Intelligence shared both by the U.S. and by United Nation member states earlier this year indicated an uptick in IS activity, especially by small cells in Syria’s central desert, describing it as a growing logistic hub for the terror group.
Various estimates warn the number of IS fighters across Syria and Iraq has grown to between 2,500 and 5,000.
This past July, U.S. Central Command, which oversees U.S. forces in Syria and Iraq, warned IS was on pace to “more than double the total number of attacks they claimed in 2023.”
And IS has made repeated attempts to free some 9,000 of its fighters being held in about 20 SDF-run prisons across northeastern Syria, described by one senior U.S, official as “the largest collection of terrorist fighters in the world.”
Additionally, the SDF has been charged with overseeing security at displaced persons camps, like al-Hol and al-Roj, which house about 30,000 people, most of them children under the age of 12, and many from families loyal to IS.
U.S. President Joe Biden on Sunday said Washington has no intention of letting Syria, or the SDF, face those challenges alone.
“Our mission against ISIS will be maintained, including the security of detention facilities where ISIS fighters are being held as prisoners,” the president said.
“We’re clear eyed about the fact that ISIS will try to take advantage of any vacuum to reestablish its capabilities, to create a safe haven,” Biden added. “We will not let that happen.”
To underscore the U.S. commitment, Biden said U.S. forces Sunday carried out dozens of airstrikes against IS camps and operatives.
U.S. Central Command said the operation struck more than 75 targets using a combination of long-range bombers, fighter jets and close air support.
“We targeted a significant gathering of ISIS fighters and leaders,” the senior administration official said, adding U.S. war planes dropped about 140 munitions during the strikes, which were authorized earlier Sunday.
“It’s a significant strike, I think, just given the collection of ISIS individuals in that area and the size of the area,” the official added.
But U.S. concerns about instability extend beyond the threat from IS itself.
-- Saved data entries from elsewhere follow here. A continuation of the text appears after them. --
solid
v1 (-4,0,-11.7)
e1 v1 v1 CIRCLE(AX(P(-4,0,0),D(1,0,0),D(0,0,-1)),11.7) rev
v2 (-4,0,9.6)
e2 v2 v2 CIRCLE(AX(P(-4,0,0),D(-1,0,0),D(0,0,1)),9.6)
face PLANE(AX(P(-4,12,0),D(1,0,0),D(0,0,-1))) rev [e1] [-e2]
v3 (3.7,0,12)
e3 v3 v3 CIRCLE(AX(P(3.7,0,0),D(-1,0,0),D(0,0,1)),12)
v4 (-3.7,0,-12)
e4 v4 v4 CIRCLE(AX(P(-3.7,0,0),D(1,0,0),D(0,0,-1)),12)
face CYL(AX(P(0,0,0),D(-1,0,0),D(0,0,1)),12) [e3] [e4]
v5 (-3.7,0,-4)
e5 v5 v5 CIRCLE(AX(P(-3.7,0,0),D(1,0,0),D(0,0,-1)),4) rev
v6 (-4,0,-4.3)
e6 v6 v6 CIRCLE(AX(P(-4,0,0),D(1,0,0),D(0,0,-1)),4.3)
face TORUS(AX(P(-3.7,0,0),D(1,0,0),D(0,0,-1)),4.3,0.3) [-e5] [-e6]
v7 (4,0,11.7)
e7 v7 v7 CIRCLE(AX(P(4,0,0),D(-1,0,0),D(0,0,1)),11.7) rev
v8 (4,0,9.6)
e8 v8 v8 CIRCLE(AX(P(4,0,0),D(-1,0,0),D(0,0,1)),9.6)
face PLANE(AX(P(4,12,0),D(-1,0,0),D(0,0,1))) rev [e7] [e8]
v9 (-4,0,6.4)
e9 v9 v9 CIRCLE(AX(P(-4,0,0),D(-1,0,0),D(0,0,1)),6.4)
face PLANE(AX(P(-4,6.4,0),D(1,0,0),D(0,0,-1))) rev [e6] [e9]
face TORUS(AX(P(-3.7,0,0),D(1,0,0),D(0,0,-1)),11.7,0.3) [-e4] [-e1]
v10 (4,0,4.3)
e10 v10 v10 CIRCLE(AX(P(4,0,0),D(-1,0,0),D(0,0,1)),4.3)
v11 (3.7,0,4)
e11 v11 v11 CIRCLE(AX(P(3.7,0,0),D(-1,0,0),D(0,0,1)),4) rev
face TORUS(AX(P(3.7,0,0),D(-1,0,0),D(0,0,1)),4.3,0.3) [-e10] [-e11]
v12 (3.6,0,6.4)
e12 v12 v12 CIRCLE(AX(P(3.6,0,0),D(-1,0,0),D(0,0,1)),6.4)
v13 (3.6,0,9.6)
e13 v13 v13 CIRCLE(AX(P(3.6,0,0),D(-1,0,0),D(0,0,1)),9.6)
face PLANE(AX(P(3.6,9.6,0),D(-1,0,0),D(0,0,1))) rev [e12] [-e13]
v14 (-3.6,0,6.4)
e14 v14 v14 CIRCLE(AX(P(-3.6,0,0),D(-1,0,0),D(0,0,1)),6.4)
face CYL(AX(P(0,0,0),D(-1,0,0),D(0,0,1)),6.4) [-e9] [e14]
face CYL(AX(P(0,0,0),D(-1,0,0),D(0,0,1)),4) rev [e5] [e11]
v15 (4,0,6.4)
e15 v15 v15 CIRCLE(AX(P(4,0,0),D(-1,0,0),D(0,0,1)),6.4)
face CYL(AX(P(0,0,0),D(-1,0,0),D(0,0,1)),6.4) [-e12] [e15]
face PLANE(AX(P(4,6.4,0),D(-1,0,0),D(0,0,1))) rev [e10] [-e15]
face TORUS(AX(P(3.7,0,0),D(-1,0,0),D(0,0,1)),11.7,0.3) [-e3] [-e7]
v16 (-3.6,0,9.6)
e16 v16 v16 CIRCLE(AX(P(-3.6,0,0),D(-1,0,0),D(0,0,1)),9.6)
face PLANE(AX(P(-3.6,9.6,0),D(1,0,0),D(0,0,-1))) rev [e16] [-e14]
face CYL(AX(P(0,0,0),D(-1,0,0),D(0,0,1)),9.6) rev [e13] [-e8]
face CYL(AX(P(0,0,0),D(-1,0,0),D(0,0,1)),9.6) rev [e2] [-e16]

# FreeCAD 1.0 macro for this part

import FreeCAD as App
import Part
import Sketcher

V = App.Vector
Q = App.Units.Quantity


def edges_at(feature, points):
    """Names of the edges that pass closest to the given points."""
    edges = feature.Shape.Edges
    near = lambda p: min(range(len(edges)), key=lambda i: edges[i].distToShape(Part.Vertex(*p))[0])
    return sorted({f"Edge{near(p) + 1}" for p in points})

doc = App.newDocument("Part")
body = doc.addObject("PartDesign::Body", "Body")

# Sketch on XY plane
sketch1 = body.newObject("Sketcher::SketchObject", "Sketch")
sketch1.AttachmentSupport = (doc.getObject("XY_Plane"), [""])
sketch1.MapMode = "FlatFace"
sketch1.addGeometry(Part.LineSegment(V(4, 12, 0), V(-4, 12, 0)), False)
sketch1.addGeometry(Part.LineSegment(V(-4, 12, 0), V(-4, 9.6, 0)), False)
sketch1.addGeometry(Part.LineSegment(V(-4, 9.6, 0), V(-3.6, 9.6, 0)), False)
sketch1.addGeometry(Part.LineSegment(V(-3.6, 9.6, 0), V(-3.6, 6.4, 0)), False)
sketch1.addGeometry(Part.LineSegment(V(-3.6, 6.4, 0), V(-4, 6.4, 0)), False)
sketch1.addGeometry(Part.LineSegment(V(-4, 6.4, 0), V(-4, 4, 0)), False)
sketch1.addGeometry(Part.LineSegment(V(-4, 4, 0), V(4, 4, 0)), False)
sketch1.addGeometry(Part.LineSegment(V(4, 4, 0), V(4, 6.4, 0)), False)
sketch1.addGeometry(Part.LineSegment(V(4, 6.4, 0), V(3.6, 6.4, 0)), False)
sketch1.addGeometry(Part.LineSegment(V(3.6, 6.4, 0), V(3.6, 9.6, 0)), False)
sketch1.addGeometry(Part.LineSegment(V(3.6, 9.6, 0), V(4, 9.6, 0)), False)
sketch1.addGeometry(Part.LineSegment(V(4, 9.6, 0), V(4, 12, 0)), False)
sketch1.addConstraint(Sketcher.Constraint("Coincident", 0, 2, 1, 1))
sketch1.addConstraint(Sketcher.Constraint("Coincident", 1, 2, 2, 1))
sketch1.addConstraint(Sketcher.Constraint("Coincident", 2, 2, 3, 1))
sketch1.addConstraint(Sketcher.Constraint("Coincident", 3, 2, 4, 1))
sketch1.addConstraint(Sketcher.Constraint("Coincident", 4, 2, 5, 1))
sketch1.addConstraint(Sketcher.Constraint("Coincident", 5, 2, 6, 1))
sketch1.addConstraint(Sketcher.Constraint("Coincident", 6, 2, 7, 1))
sketch1.addConstraint(Sketcher.Constraint("Coincident", 7, 2, 8, 1))
sketch1.addConstraint(Sketcher.Constraint("Coincident", 8, 2, 9, 1))
sketch1.addConstraint(Sketcher.Constraint("Coincident", 9, 2, 10, 1))
sketch1.addConstraint(Sketcher.Constraint("Coincident", 10, 2, 11, 1))
sketch1.addConstraint(Sketcher.Constraint("Coincident", 11, 2, 0, 1))
sketch1.addConstraint(Sketcher.Constraint("Horizontal", 0))
sketch1.addConstraint(Sketcher.Constraint("Vertical", 1))
sketch1.addConstraint(Sketcher.Constraint("Horizontal", 2))
sketch1.addConstraint(Sketcher.Constraint("Vertical", 3))
sketch1.addConstraint(Sketcher.Constraint("Horizontal", 4))
sketch1.addConstraint(Sketcher.Constraint("Vertical", 5))
sketch1.addConstraint(Sketcher.Constraint("Horizontal", 6))
sketch1.addConstraint(Sketcher.Constraint("Vertical", 7))
sketch1.addConstraint(Sketcher.Constraint("Horizontal", 8))
sketch1.addConstraint(Sketcher.Constraint("Vertical", 9))
sketch1.addConstraint(Sketcher.Constraint("Horizontal", 10))
sketch1.addConstraint(Sketcher.Constraint("Vertical", 11))
sketch1.addConstraint(Sketcher.Constraint("Symmetric", 4, 2, 7, 2, -2))
sketch1.addConstraint(Sketcher.Constraint("Symmetric", 2, 2, 9, 2, -2))
sketch1.addConstraint(Sketcher.Constraint("Vertical", 1, 2, 4, 2))
sketch1.addConstraint(Sketcher.Constraint("Vertical", 7, 2, 10, 2))
sketch1.addConstraint(Sketcher.Constraint("Equal", 1, 5))
sketch1.addConstraint(Sketcher.Constraint("DistanceX", 0, 2, 0, 1, Q("8 mm")))
sketch1.addConstraint(Sketcher.Constraint("DistanceX", 2, 1, 2, 2, Q("0.4 mm")))
sketch1.addConstraint(Sketcher.Constraint("DistanceY", 1, 2, 1, 1, Q("2.4 mm")))
sketch1.addConstraint(Sketcher.Constraint("DistanceY", 3, 2, 3, 1, Q("3.2 mm")))
sketch1.addConstraint(Sketcher.Constraint("DistanceY", -1, 1, 0, 2, Q("12 mm")))
revolution = body.newObject("PartDesign::Revolution", "Revolution")
revolution.Profile = sketch1
revolution.ReferenceAxis = (sketch1, ["H_Axis"])
revolution.Angle = 360
doc.recompute()

fillet = body.newObject("PartDesign::Fillet", "Fillet")
fillet.Base = (revolution, edges_at(revolution, [
    (4, 0, -4),
    (-4, 0, -4),
    (-4, 0, -12),
    (4, 0, -12),
]))
fillet.Radius = 0.3

doc.recompute()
There are fears that ongoing tensions between the SDF and Turkey could also bring additional instability and danger.
Already, there have been reports of clashes between Turkish-backed forces and the SDF in northern Syria.
Turkey has also long voiced objections to the U.S alliance with the Kurdish-led SDF, arguing many of the fighters are also People’s Protection Units, or YPG, a Syrian-based offshoot of the Turkey-based Kurdistan Workers’ Party (PKK), labeled by both Ankara and Washington as a terrorist organization.
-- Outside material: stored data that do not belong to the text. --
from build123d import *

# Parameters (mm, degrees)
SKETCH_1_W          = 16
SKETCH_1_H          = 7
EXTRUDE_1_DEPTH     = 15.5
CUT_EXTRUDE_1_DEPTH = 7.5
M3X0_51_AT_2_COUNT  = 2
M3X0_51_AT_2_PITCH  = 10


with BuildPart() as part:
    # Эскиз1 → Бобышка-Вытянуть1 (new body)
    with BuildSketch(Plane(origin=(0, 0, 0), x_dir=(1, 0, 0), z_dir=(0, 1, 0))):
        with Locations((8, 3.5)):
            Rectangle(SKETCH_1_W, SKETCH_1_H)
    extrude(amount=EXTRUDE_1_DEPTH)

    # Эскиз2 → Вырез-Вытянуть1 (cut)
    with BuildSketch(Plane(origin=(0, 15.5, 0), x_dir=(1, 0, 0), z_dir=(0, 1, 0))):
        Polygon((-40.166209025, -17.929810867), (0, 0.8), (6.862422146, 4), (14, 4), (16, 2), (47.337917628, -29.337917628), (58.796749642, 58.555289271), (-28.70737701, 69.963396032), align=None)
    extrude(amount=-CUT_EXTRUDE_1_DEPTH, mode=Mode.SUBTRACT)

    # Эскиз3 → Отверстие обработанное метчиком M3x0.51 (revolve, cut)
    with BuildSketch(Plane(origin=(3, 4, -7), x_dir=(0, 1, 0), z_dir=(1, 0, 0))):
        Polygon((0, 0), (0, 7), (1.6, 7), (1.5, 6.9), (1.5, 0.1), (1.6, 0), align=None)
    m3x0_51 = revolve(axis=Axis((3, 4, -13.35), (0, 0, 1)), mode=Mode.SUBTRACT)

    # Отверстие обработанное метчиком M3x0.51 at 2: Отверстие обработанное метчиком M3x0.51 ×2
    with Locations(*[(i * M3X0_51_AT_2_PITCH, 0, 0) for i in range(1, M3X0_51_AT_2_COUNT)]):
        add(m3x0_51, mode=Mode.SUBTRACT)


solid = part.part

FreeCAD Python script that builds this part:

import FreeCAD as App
import Part
import Sketcher
Q = App.Units.Quantity


def add_polygon(sketch, points):
    """Adds a closed chain of lines whose ends are joined by coincident constraints."""
    first, n = sketch.GeometryCount, len(points)
    for a, b in zip(points, points[1:] + points[:1]):
        sketch.addGeometry(Part.LineSegment(App.Vector(*a, 0), App.Vector(*b, 0)), False)
    for i in range(n):
        sketch.addConstraint(Sketcher.Constraint("Coincident", first + i, 2, first + (i + 1) % n, 1))

doc = App.newDocument("Part")
body = doc.addObject("PartDesign::Body", "Body")

sketch1 = doc.addObject("Sketcher::SketchObject", "Sketch")
body.addObject(sketch1)
sketch1.AttachmentSupport = (doc.XZ_Plane, [""])
sketch1.MapMode = "FlatFace"
add_polygon(sketch1, [(0, -7), (0, 0), (16, 0), (16, -7)])
sketch1.addConstraint(Sketcher.Constraint("Vertical", 0))
sketch1.addConstraint(Sketcher.Constraint("Horizontal", 1))
sketch1.addConstraint(Sketcher.Constraint("Vertical", 2))
sketch1.addConstraint(Sketcher.Constraint("Horizontal", 3))
sketch1.addConstraint(Sketcher.Constraint("Coincident", 0, 2, -1, 1))
sketch1.addConstraint(Sketcher.Constraint("DistanceX", 1, 1, 1, 2, Q("16 mm")))
sketch1.addConstraint(Sketcher.Constraint("DistanceY", 0, 1, 0, 2, Q("7 mm")))
pad1 = doc.addObject("PartDesign::Pad", "Pad")
body.addObject(pad1)
pad1.Profile = sketch1
pad1.Length = 15.5
pad1.Reversed = True

sketch2 = doc.addObject("Sketcher::SketchObject", "Sketch001")
body.addObject(sketch2)
sketch2.AttachmentSupport = (doc.XZ_Plane, [""])
sketch2.MapMode = "FlatFace"
sketch2.AttachmentOffset = App.Placement(App.Vector(0, 0, -15.5), App.Rotation())
add_polygon(sketch2, [(-40.166209, 17.929811), (0, -0.8), (6.862422, -4), (14, -4), (47.337918, 29.337918), (58.79675, -58.555289), (-28.707377, -69.963396)])
sketch2.addConstraint(Sketcher.Constraint("Horizontal", 2))
sketch2.addConstraint(Sketcher.Constraint("PointOnObject", 0, 2, -2))
sketch2.addConstraint(Sketcher.Constraint("Parallel", 0, 1))
sketch2.addConstraint(Sketcher.Constraint("Perpendicular", 4, 5))
sketch2.addConstraint(Sketcher.Constraint("Perpendicular", 5, 6))
sketch2.addConstraint(Sketcher.Constraint("Equal", 4, 6))
sketch2.addConstraint(Sketcher.Constraint("Angle", 0, Q("-25 deg")))
sketch2.addConstraint(Sketcher.Constraint("Angle", 3, Q("45 deg")))
sketch2.addConstraint(Sketcher.Constraint("DistanceY", 1, 2, -1, 1, Q("4 mm")))
sketch2.addConstraint(Sketcher.Constraint("DistanceX", -1, 1, 2, 2, Q("14 mm")))
sketch2.addConstraint(Sketcher.Constraint("DistanceY", 0, 2, -1, 1, Q("0.8 mm")))
sketch2.addConstraint(Sketcher.Constraint("DistanceX", 5, 2, 1, 2, Q("35.569799 mm")))
sketch2.addConstraint(Sketcher.Constraint("Distance", 0, Q("44.318508 mm")))
sketch2.addConstraint(Sketcher.Constraint("DistanceX", -1, 1, 4, 2, Q("58.79675 mm")))
pocket1 = doc.addObject("PartDesign::Pocket", "Pocket")
body.addObject(pocket1)
pocket1.Profile = sketch2
pocket1.Length = 7.5
pocket1.Reversed = True

sketch3 = doc.addObject("Sketcher::SketchObject", "Sketch002")
body.addObject(sketch3)
sketch3.AttachmentSupport = (doc.YZ_Plane, [""])
sketch3.MapMode = "FlatFace"
sketch3.AttachmentOffset = App.Placement(App.Vector(0, 0, 3), App.Rotation())
add_polygon(sketch3, [(4, 0), (4, -7), (5.6, -7), (5.5, -6.9), (5.5, -0.1), (5.6, 0)])
sketch3.addGeometry(Part.LineSegment(App.Vector(4, -7, 0), App.Vector(4, 0, 0)), True)
sketch3.addConstraint(Sketcher.Constraint("Vertical", 0))
sketch3.addConstraint(Sketcher.Constraint("Horizontal", 1))
sketch3.addConstraint(Sketcher.Constraint("Vertical", 3))
sketch3.addConstraint(Sketcher.Constraint("Horizontal", 5))
sketch3.addConstraint(Sketcher.Constraint("Vertical", 6))
sketch3.addConstraint(Sketcher.Constraint("Coincident", 6, 1, 0, 2))
sketch3.addConstraint(Sketcher.Constraint("PointOnObject", 4, 2, -1))
sketch3.addConstraint(Sketcher.Constraint("PointOnObject", 6, 2, -1))
sketch3.addConstraint(Sketcher.Constraint("Perpendicular", 2, 4))
sketch3.addConstraint(Sketcher.Constraint("Vertical", 1, 2, 4, 2))
sketch3.addConstraint(Sketcher.Constraint("Equal", 2, 4))
sketch3.addConstraint(Sketcher.Constraint("DistanceY", 0, 2, 0, 1, Q("7 mm")))
sketch3.addConstraint(Sketcher.Constraint("DistanceX", 1, 1, 1, 2, Q("1.6 mm")))
sketch3.addConstraint(Sketcher.Constraint("DistanceY", 3, 1, 3, 2, Q("6.8 mm")))
sketch3.addConstraint(Sketcher.Constraint("DistanceX", -1, 1, 0, 2, Q("4 mm")))
groove = doc.addObject("PartDesign::Groove", "Groove")
body.addObject(groove)
groove.Profile = sketch3
groove.ReferenceAxis = (sketch3, ["Axis0"])
groove.Angle = 360
doc.recompute()

linearpattern = doc.addObject("PartDesign::LinearPattern", "LinearPattern")
body.addObject(linearpattern)
linearpattern.Originals = [groove]
linearpattern.Direction = (doc.X_Axis, [""])
linearpattern.Mode = "offset"
linearpattern.Offset = 10
linearpattern.Occurrences = 2
body.Tip = linearpattern

doc.recompute()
And though the U.S. views the SDF and YPG as different entities, in Turkey’s view, they are one and the same.
U.S. officials said Sunday that there have already been high-level talks between officials at the Pentagon and State departments with their Turkish counterparts, describing the calls as “constructive.”
“Additional conflicts, additional fronts opening up, not in anybody’s interest,” the official said.
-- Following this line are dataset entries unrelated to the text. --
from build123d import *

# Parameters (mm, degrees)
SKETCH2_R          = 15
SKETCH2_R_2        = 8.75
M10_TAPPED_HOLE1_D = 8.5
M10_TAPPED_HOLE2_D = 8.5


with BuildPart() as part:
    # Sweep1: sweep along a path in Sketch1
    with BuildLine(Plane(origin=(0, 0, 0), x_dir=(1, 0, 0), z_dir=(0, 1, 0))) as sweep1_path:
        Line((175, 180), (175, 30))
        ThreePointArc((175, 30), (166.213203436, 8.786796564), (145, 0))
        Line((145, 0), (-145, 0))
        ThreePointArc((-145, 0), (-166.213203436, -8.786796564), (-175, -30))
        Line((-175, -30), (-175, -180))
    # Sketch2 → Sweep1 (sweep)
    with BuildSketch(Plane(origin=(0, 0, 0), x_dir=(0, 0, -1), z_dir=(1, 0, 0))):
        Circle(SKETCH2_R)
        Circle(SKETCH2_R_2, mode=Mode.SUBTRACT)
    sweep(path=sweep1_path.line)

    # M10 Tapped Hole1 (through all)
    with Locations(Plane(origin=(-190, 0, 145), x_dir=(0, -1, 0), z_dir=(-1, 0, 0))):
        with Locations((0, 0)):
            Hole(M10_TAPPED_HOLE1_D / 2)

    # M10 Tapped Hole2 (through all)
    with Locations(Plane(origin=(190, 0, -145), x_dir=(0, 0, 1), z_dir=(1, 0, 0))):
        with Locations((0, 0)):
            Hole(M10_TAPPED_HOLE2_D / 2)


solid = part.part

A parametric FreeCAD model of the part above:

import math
import FreeCAD as App
import Part
import Sketcher

V = App.Vector
Q = App.Units.Quantity

doc = App.newDocument("Part")
params = doc.addObject("Spreadsheet::Sheet", "Params")
for row, (alias, value) in enumerate([
    ("sketch1_diameter", "30 mm"),
    ("sketch1_diameter2", "17.5 mm"),
    ("sketch2_radius", "30 mm"),
    ("sketch2_width", "290 mm"),
    ("sketch2_height", "150 mm"),
    ("sketch3_diameter", "8.5 mm"),
    ("hole_diameter", "8.5 mm"),
    ("sketch4_diameter", "8.5 mm"),
    ("hole2_diameter", "8.5 mm"),
], start=1):
    params.set(f"A{row}", alias)
    params.set(f"B{row}", "=" + value)
    params.setAlias(f"B{row}", alias)

body = doc.addObject("PartDesign::Body", "Body")

# Sketch on YZ plane
sketch1 = body.newObject("Sketcher::SketchObject", "Sketch")
sketch1.AttachmentSupport = (doc.getObject("YZ_Plane"), [""])
sketch1.MapMode = "FlatFace"
sketch1.addGeometry(Part.Circle(V(0, 0, 0), V(0, 0, 1), 15), False)
sketch1.addGeometry(Part.Circle(V(0, 0, 0), V(0, 0, 1), 9), False)
sketch1.addConstraint(Sketcher.Constraint("Coincident", 0, 3, -1, 1))
sketch1.addConstraint(Sketcher.Constraint("Coincident", 1, 3, -1, 1))
sketch1.addConstraint(Sketcher.Constraint("Diameter", 0, Q("30 mm")))
sketch1.addConstraint(Sketcher.Constraint("Diameter", 1, Q("17.5 mm")))
sketch1.setExpression("Constraints[2]", "Params.sketch1_diameter")
sketch1.setExpression("Constraints[3]", "Params.sketch1_diameter2")

# Sketch on XZ plane
sketch2 = body.newObject("Sketcher::SketchObject", "Sketch001")
sketch2.AttachmentSupport = (doc.getObject("XZ_Plane"), [""])
sketch2.MapMode = "FlatFace"
sketch2.addGeometry(Part.LineSegment(V(175, -180, 0), V(175, -30, 0)), False)
sketch2.addGeometry(Part.ArcOfCircle(Part.Circle(V(145, -30, 0), V(0, 0, 1), 30), math.radians(0), math.radians(90)), False)
sketch2.addGeometry(Part.LineSegment(V(145, 0, 0), V(-145, 0, 0)), False)
sketch2.addGeometry(Part.ArcOfCircle(Part.Circle(V(-145, 30, 0), V(0, 0, 1), 30), math.radians(180), math.radians(270)), False)
sketch2.addGeometry(Part.LineSegment(V(-175, 30, 0), V(-175, 180, 0)), False)
sketch2.addConstraint(Sketcher.Constraint("Tangent", 0, 2, 1, 1))
sketch2.addConstraint(Sketcher.Constraint("Tangent", 1, 2, 2, 1))
sketch2.addConstraint(Sketcher.Constraint("Tangent", 2, 2, 3, 2))
sketch2.addConstraint(Sketcher.Constraint("Tangent", 3, 1, 4, 1))
sketch2.addConstraint(Sketcher.Constraint("Vertical", 0))
sketch2.addConstraint(Sketcher.Constraint("Horizontal", 2))
sketch2.addConstraint(Sketcher.Constraint("Vertical", 4))
sketch2.addConstraint(Sketcher.Constraint("Equal", 1, 3))
sketch2.addConstraint(Sketcher.Constraint("Symmetric", 1, 3, 3, 3, -1, 1))
sketch2.addConstraint(Sketcher.Constraint("Equal", 0, 4))
sketch2.addConstraint(Sketcher.Constraint("Radius", 1, Q("30 mm")))
sketch2.addConstraint(Sketcher.Constraint("DistanceX", 2, 2, 2, 1, Q("290 mm")))
sketch2.addConstraint(Sketcher.Constraint("DistanceY", 0, 1, 0, 2, Q("150 mm")))
sketch2.setExpression("Constraints[10]", "Params.sketch2_radius")
sketch2.setExpression("Constraints[11]", "Params.sketch2_width")
sketch2.setExpression("Constraints[12]", "Params.sketch2_height")
doc.recompute()

additivepipe = body.newObject("PartDesign::AdditivePipe", "AdditivePipe")
additivepipe.Profile = sketch1
additivepipe.Spine = (sketch2, ["Edge1", "Edge2", "Edge3", "Edge4", "Edge5"])

# Sketch on YZ plane
sketch3 = body.newObject("Sketcher::SketchObject", "Sketch002")
sketch3.AttachmentSupport = (doc.getObject("YZ_Plane"), [""])
sketch3.MapMode = "FlatFace"
sketch3.AttachmentOffset = App.Placement(V(0, 0, -190), App.Rotation())
sketch3.addGeometry(Part.Circle(V(0, 145, 0), V(0, 0, 1), 4.2), False)
sketch3.addConstraint(Sketcher.Constraint("PointOnObject", 0, 3, -2))
sketch3.addConstraint(Sketcher.Constraint("Diameter", 0, Q("8.5 mm")))
sketch3.addConstraint(Sketcher.Constraint("DistanceY", -1, 1, 0, 3, Q("145 mm")))
sketch3.setExpression("Constraints[1]", "Params.sketch3_diameter")
doc.recompute()
hole = body.newObject("PartDesign::Hole", "Hole")
hole.Profile = sketch3
hole.ThreadType = "None"
hole.setExpression("Diameter", "Params.hole_diameter")
hole.DepthType = "ThroughAll"
hole.Reversed = True

# Sketch on YZ plane
sketch4 = body.newObject("Sketcher::SketchObject", "Sketch003")
sketch4.AttachmentSupport = (doc.getObject("YZ_Plane"), [""])
sketch4.MapMode = "FlatFace"
sketch4.AttachmentOffset = App.Placement(V(0, 0, 190), App.Rotation())
sketch4.addGeometry(Part.Circle(V(0, -145, 0), V(0, 0, 1), 4.2), False)
sketch4.addConstraint(Sketcher.Constraint("PointOnObject", 0, 3, -2))
sketch4.addConstraint(Sketcher.Constraint("Diameter", 0, Q("8.5 mm")))
sketch4.addConstraint(Sketcher.Constraint("DistanceY", 0, 3, -1, 1, Q("145 mm")))
sketch4.setExpression("Constraints[1]", "Params.sketch4_diameter")
doc.recompute()
hole2 = body.newObject("PartDesign::Hole", "Hole001")
hole2.Profile = sketch4
hole2.ThreadType = "None"
hole2.setExpression("Diameter", "Params.hole2_diameter")
hole2.DepthType = "ThroughAll"

doc.recompute()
Some analysts, however, worry the Turkish-Kurdish tensions will not be so easily resolved, pointing in part to Biden’s failure to mention Turkey Sunday while discussing U.S. outreach to Syria’s other neighbors.
“[It] indicates that behind the scenes there’s continuing to be ongoing machinations between American diplomats and Turkish officials about their aims for occupying portions of north and east Syria and thereby jeopardizing the Syrian Democratic Forces and civilians who live under the [Kurdish-led] Autonomous Administration,” said Myles Caggins, a nonresident fellow at the New Lines Institute and former spokesperson for the U.S.-led, anti-IS coalition in Syria and Iraq.
“President Biden made it very clear that U.S. forces will remain in north and east Syria in the foreseeable future to continue the anti-ISIS mission,” Caggins told VOA. “The United States government has an opportunity to showcase and highlight its strong support of the Syrian Democratic Forces and people of Northeast Syria.”